About this exercise: There is material below. Print exactly the lines starting at the line with "#81=ORIENTED_EDGE('',*,*,#80,.F.);" and ending at the line with "#95=CARTESIAN_POINT('',(0.903557,0.,-6.35));", ends included, and no others.

====

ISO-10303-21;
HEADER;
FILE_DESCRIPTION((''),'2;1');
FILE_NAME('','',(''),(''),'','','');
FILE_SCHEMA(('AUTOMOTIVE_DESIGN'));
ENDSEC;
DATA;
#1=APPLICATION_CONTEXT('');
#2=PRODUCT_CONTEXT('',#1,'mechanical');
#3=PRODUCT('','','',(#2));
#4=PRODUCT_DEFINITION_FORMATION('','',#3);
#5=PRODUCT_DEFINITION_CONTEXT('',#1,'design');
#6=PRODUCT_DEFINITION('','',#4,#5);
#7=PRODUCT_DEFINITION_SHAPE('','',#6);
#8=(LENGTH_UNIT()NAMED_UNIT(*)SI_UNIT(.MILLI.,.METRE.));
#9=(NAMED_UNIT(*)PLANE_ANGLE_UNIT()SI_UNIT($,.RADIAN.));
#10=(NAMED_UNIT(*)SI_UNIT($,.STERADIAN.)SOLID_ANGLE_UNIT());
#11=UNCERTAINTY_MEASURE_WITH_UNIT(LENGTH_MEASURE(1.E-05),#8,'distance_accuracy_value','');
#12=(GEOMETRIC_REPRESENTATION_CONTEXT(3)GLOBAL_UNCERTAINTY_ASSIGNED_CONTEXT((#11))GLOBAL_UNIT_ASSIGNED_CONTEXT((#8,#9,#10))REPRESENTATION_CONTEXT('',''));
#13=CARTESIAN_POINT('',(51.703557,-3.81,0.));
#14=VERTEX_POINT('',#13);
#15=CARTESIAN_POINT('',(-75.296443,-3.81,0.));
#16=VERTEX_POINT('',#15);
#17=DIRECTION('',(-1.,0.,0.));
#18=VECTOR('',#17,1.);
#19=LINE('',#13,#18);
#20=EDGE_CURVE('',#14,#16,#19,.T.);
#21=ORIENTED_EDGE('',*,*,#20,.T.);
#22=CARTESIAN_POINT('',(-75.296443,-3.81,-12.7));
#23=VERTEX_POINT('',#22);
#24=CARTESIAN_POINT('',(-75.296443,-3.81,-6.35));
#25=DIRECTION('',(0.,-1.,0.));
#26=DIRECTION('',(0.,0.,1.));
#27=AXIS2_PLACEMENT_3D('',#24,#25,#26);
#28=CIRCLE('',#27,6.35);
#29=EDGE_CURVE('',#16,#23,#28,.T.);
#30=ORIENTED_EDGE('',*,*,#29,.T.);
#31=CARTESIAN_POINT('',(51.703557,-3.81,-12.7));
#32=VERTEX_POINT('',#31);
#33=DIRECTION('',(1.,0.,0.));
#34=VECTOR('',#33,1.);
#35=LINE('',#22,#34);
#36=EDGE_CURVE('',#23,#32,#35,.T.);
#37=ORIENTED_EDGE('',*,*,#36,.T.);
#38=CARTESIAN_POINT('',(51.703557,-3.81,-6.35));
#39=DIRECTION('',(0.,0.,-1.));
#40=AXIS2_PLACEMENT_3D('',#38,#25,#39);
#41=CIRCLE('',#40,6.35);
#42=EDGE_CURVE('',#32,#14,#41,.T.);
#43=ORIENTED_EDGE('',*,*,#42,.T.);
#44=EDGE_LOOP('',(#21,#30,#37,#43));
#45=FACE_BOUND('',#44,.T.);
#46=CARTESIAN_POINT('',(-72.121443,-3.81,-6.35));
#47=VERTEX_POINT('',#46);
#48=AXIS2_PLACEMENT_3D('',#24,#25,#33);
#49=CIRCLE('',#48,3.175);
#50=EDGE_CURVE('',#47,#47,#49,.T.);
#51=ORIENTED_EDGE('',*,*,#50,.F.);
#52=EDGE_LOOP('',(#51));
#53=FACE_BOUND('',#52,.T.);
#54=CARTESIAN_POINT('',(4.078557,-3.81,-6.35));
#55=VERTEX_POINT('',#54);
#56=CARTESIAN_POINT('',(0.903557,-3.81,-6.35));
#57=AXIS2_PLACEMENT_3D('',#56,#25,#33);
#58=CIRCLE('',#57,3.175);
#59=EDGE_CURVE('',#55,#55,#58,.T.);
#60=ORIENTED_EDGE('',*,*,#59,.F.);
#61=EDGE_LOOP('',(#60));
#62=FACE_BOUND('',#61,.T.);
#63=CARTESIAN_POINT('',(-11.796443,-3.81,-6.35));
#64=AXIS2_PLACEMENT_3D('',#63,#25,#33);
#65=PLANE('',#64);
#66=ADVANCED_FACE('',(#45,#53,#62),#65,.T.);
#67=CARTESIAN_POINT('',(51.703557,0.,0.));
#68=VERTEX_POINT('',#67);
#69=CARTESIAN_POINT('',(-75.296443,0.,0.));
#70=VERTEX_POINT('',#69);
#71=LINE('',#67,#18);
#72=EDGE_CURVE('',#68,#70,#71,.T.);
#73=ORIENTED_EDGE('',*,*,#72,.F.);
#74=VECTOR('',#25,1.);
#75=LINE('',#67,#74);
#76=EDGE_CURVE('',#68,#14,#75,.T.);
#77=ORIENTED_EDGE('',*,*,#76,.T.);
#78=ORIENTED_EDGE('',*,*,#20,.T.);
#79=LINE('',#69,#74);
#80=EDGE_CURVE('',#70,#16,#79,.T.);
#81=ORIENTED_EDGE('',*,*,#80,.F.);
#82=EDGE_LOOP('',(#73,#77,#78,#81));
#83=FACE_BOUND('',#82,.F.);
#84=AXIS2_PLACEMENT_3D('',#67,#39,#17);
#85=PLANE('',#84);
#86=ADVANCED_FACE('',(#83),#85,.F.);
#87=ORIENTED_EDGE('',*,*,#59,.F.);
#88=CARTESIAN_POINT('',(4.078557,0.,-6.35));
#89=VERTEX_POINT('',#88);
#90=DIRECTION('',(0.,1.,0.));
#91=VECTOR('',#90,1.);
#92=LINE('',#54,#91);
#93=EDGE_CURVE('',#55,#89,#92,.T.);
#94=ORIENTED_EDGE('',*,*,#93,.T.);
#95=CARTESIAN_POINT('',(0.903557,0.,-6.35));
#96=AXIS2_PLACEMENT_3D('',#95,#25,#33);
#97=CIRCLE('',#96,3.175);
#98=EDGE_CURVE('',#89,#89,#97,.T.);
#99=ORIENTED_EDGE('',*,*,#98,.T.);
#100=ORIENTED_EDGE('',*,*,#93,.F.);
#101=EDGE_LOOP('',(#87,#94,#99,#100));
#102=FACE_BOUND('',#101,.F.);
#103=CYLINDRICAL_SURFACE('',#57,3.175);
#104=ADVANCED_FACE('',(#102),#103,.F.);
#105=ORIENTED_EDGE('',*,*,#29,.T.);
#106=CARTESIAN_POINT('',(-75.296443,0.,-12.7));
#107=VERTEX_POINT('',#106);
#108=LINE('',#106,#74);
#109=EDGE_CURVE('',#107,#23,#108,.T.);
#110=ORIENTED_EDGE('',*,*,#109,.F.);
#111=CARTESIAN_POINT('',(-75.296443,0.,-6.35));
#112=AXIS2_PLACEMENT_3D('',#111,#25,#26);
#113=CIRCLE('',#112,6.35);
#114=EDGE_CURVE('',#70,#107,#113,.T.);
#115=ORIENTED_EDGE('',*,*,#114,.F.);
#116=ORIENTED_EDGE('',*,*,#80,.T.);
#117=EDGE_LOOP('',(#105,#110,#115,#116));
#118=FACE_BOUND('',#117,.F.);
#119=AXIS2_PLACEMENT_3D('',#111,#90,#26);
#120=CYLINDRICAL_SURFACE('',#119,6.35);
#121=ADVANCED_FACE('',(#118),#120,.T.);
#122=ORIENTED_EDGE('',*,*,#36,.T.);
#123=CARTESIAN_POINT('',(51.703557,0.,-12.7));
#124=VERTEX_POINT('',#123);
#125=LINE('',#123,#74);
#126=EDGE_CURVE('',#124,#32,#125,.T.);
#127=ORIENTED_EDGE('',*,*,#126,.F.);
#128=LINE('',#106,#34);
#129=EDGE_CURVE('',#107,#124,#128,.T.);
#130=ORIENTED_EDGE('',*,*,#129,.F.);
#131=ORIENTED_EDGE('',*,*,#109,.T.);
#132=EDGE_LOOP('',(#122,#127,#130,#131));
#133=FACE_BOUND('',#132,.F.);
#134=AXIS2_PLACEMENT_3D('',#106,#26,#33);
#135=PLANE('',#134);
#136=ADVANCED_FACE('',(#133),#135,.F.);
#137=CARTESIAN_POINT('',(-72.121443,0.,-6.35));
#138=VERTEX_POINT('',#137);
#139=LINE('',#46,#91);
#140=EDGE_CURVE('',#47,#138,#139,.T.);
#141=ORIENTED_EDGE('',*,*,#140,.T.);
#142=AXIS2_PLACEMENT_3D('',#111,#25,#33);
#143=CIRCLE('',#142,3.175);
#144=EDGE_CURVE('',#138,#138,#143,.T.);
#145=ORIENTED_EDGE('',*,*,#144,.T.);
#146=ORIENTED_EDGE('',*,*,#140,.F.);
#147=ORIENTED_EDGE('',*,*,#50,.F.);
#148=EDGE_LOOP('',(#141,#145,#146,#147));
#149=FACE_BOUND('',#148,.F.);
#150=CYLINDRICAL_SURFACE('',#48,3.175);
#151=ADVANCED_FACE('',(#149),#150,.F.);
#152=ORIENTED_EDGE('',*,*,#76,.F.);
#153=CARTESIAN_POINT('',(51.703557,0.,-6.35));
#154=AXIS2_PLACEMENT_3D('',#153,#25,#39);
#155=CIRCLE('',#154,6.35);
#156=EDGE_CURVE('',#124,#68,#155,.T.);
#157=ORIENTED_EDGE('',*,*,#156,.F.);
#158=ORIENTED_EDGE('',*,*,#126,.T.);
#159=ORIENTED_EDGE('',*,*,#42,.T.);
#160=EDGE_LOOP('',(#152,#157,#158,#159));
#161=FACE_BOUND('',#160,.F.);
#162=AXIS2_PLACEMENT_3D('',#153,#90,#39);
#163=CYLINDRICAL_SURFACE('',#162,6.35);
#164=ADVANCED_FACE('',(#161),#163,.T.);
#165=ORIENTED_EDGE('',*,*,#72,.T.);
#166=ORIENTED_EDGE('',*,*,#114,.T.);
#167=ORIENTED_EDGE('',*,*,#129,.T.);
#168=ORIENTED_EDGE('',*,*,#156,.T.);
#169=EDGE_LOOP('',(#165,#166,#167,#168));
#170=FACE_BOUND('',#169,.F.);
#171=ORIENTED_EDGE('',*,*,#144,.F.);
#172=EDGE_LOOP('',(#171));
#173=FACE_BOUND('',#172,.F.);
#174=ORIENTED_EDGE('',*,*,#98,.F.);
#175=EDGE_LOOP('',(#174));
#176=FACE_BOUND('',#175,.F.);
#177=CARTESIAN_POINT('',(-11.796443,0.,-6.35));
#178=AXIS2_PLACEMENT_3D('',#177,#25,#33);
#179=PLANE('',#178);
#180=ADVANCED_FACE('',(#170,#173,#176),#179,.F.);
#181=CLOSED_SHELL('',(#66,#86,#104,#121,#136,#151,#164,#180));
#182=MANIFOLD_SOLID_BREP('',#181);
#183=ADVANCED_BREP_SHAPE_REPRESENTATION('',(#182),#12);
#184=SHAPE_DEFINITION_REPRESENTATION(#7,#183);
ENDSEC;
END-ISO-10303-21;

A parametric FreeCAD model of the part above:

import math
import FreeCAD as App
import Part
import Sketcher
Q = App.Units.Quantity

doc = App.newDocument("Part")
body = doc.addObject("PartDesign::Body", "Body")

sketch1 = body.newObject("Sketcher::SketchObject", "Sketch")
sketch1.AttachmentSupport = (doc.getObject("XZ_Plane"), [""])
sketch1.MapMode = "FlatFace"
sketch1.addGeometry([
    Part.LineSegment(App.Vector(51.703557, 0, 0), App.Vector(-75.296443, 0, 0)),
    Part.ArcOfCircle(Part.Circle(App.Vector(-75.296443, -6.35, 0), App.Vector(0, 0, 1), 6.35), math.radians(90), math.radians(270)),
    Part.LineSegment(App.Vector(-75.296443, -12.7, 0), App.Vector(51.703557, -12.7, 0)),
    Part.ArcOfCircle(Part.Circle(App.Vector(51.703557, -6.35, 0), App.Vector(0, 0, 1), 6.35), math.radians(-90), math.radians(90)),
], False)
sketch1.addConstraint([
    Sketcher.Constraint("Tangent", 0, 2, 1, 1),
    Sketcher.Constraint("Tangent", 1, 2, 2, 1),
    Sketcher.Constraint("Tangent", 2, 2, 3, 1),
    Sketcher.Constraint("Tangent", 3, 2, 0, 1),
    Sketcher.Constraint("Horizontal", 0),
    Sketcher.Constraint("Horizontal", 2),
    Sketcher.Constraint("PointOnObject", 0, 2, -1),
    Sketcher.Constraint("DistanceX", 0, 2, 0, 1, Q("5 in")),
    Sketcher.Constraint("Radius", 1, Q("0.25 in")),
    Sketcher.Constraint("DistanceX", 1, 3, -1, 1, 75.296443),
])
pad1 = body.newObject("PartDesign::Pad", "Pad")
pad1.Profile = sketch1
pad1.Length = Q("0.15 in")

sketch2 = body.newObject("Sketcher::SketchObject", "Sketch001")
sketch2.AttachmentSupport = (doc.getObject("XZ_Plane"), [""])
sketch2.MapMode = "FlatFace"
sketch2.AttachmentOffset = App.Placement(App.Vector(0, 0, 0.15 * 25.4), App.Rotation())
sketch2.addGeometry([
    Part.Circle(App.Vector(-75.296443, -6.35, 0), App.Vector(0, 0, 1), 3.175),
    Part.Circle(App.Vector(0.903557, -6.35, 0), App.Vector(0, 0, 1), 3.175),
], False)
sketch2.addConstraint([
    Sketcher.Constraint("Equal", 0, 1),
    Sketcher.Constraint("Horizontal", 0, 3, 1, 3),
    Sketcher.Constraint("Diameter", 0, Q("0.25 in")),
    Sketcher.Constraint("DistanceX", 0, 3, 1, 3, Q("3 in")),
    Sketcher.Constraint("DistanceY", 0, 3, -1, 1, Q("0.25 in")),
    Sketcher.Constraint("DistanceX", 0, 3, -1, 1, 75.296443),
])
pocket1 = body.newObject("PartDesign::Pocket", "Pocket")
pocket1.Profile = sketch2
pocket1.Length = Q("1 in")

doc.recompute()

====

Exercise response:
#81=ORIENTED_EDGE('',*,*,#80,.F.);
#82=EDGE_LOOP('',(#73,#77,#78,#81));
#83=FACE_BOUND('',#82,.F.);
#84=AXIS2_PLACEMENT_3D('',#67,#39,#17);
#85=PLANE('',#84);
#86=ADVANCED_FACE('',(#83),#85,.F.);
#87=ORIENTED_EDGE('',*,*,#59,.F.);
#88=CARTESIAN_POINT('',(4.078557,0.,-6.35));
#89=VERTEX_POINT('',#88);
#90=DIRECTION('',(0.,1.,0.));
#91=VECTOR('',#90,1.);
#92=LINE('',#54,#91);
#93=EDGE_CURVE('',#55,#89,#92,.T.);
#94=ORIENTED_EDGE('',*,*,#93,.T.);
#95=CARTESIAN_POINT('',(0.903557,0.,-6.35));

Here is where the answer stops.